Introduction¶
The combination of HTTP and HTML are the foundation of the web. The success of this combination starts with the standardization of these two elements and later resource formats. The implied default rendering of HTML for viewing and the inclusion of hyperlinks in HTML resources for discovery and rendering of additional resources strengthened that standard and led to the network effects that resulted in the web we have today.
This specification builds upon the original web standards by defining a standard set of hyperlinks and entity resource types to provide a rich description of both the data provided by an HTTP API and the HTTP methods supported for every resource provided by that API. The intent of this specification is to enable RESTful APIs to provide enough typing and semantic data to allow a browsing application to render a meaningful and complete user interface for that API, much as a browser can render an HTML resource.
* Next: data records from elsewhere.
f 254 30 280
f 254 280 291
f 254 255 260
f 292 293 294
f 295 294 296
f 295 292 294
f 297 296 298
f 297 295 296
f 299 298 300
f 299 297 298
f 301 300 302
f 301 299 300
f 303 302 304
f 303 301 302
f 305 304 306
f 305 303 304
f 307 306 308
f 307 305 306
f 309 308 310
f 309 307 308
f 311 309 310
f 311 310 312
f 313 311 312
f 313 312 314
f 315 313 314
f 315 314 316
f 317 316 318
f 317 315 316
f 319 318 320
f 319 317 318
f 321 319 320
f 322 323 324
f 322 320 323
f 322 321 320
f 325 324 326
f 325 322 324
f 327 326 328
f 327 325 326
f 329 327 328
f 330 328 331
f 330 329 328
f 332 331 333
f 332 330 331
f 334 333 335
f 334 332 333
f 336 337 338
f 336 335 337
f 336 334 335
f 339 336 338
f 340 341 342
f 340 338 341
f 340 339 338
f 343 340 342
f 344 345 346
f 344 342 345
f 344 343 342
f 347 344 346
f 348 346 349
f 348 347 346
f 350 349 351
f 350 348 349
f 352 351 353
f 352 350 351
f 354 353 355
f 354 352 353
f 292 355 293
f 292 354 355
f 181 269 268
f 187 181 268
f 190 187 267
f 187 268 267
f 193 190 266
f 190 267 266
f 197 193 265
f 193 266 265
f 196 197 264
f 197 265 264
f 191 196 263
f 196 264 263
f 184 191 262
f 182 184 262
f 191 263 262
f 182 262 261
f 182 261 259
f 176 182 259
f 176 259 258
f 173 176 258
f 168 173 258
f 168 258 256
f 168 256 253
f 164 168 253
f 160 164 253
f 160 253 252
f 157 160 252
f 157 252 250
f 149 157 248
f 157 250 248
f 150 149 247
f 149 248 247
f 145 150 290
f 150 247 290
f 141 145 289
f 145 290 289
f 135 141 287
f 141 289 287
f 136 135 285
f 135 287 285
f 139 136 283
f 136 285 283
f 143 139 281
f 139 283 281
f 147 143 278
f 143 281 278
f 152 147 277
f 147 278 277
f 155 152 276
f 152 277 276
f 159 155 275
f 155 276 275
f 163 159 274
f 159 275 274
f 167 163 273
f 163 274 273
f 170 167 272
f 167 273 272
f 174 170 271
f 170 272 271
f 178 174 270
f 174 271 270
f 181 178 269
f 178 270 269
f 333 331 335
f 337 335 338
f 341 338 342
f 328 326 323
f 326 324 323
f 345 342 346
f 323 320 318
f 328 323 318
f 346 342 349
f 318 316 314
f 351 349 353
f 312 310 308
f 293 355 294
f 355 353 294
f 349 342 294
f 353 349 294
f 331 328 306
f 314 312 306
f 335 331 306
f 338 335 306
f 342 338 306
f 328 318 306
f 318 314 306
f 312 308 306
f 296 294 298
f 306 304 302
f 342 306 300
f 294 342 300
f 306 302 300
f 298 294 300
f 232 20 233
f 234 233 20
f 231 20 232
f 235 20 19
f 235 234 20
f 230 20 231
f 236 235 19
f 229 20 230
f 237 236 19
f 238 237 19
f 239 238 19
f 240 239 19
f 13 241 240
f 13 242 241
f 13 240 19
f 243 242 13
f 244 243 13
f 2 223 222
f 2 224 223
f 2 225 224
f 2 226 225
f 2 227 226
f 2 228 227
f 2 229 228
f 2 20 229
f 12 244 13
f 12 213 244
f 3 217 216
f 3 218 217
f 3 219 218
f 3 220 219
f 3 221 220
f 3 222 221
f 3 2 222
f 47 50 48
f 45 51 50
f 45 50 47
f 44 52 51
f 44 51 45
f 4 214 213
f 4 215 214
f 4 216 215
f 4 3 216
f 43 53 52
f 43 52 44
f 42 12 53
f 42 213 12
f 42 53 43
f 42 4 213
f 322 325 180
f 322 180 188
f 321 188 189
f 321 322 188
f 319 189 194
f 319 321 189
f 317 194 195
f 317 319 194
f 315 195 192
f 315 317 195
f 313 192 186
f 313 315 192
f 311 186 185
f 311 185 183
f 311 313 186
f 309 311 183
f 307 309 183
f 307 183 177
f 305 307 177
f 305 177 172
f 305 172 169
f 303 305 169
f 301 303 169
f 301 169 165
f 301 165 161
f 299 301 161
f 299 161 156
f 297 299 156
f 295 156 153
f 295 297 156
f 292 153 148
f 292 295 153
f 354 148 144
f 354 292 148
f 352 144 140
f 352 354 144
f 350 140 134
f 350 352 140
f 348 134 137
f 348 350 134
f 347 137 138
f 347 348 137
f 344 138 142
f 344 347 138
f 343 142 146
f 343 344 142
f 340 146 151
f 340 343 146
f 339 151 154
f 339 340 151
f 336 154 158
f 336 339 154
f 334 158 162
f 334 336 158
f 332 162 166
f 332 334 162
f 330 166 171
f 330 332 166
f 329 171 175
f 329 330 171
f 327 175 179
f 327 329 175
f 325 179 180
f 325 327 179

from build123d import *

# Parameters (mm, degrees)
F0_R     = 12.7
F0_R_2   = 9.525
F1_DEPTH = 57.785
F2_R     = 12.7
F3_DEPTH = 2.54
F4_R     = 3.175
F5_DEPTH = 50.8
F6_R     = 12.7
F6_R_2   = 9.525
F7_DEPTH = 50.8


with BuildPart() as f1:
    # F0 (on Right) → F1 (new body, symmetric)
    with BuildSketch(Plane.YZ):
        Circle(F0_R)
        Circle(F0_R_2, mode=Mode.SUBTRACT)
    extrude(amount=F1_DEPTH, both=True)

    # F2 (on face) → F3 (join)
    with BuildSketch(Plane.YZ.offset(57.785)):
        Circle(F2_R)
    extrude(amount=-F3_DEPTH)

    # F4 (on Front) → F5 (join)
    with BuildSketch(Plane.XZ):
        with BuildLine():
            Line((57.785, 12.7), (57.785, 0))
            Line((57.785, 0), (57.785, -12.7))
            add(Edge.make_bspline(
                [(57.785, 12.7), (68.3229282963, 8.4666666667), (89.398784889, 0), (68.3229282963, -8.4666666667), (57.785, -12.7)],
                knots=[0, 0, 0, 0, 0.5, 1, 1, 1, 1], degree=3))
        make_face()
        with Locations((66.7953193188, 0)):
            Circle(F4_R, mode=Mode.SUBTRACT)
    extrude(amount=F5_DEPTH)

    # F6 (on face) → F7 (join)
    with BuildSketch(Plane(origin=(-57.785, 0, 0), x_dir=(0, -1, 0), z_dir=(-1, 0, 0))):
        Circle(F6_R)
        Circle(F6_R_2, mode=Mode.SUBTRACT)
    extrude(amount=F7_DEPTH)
While a default rendering is valuable and necessary, it’s not enough for a truly rich user interface and user experience. Much like stylesheets and JavaScript were added to HTML to provide a richer user-experience, this standard sets a foundation for richer user-interfaces informed by the RDF semantic types associated with data in a RESTful API to provide a basis for stylized renderings based upon the semantic meaning of the data and the display context. For example, knowing that a JSON object has a set of string properties can inform a crude display of those propserties, having the knowledge that the object is an address with street, city, state, and zip code properties can enable the rendering browser the opportunity to instead render a map zoomed in to that address with a pin marking the location of that address.
Merely rendering the resources that support GET in a rich way is insufficient as well. Resource URLs that support POST or PUT should be similarly supported for resources that may be created or edited. This specification provides a mechanism for a browsing application to discover both the schema for well-formed API requests as well as the semantic meaning of valid request data to better inform rich editor rendering of that data.
This specification defines the requirements for RESTful Semantic HTTP APIs. There are three requirements: a schema header, an RDF context header, and a specific implementation of the HTTP OPTIONS method.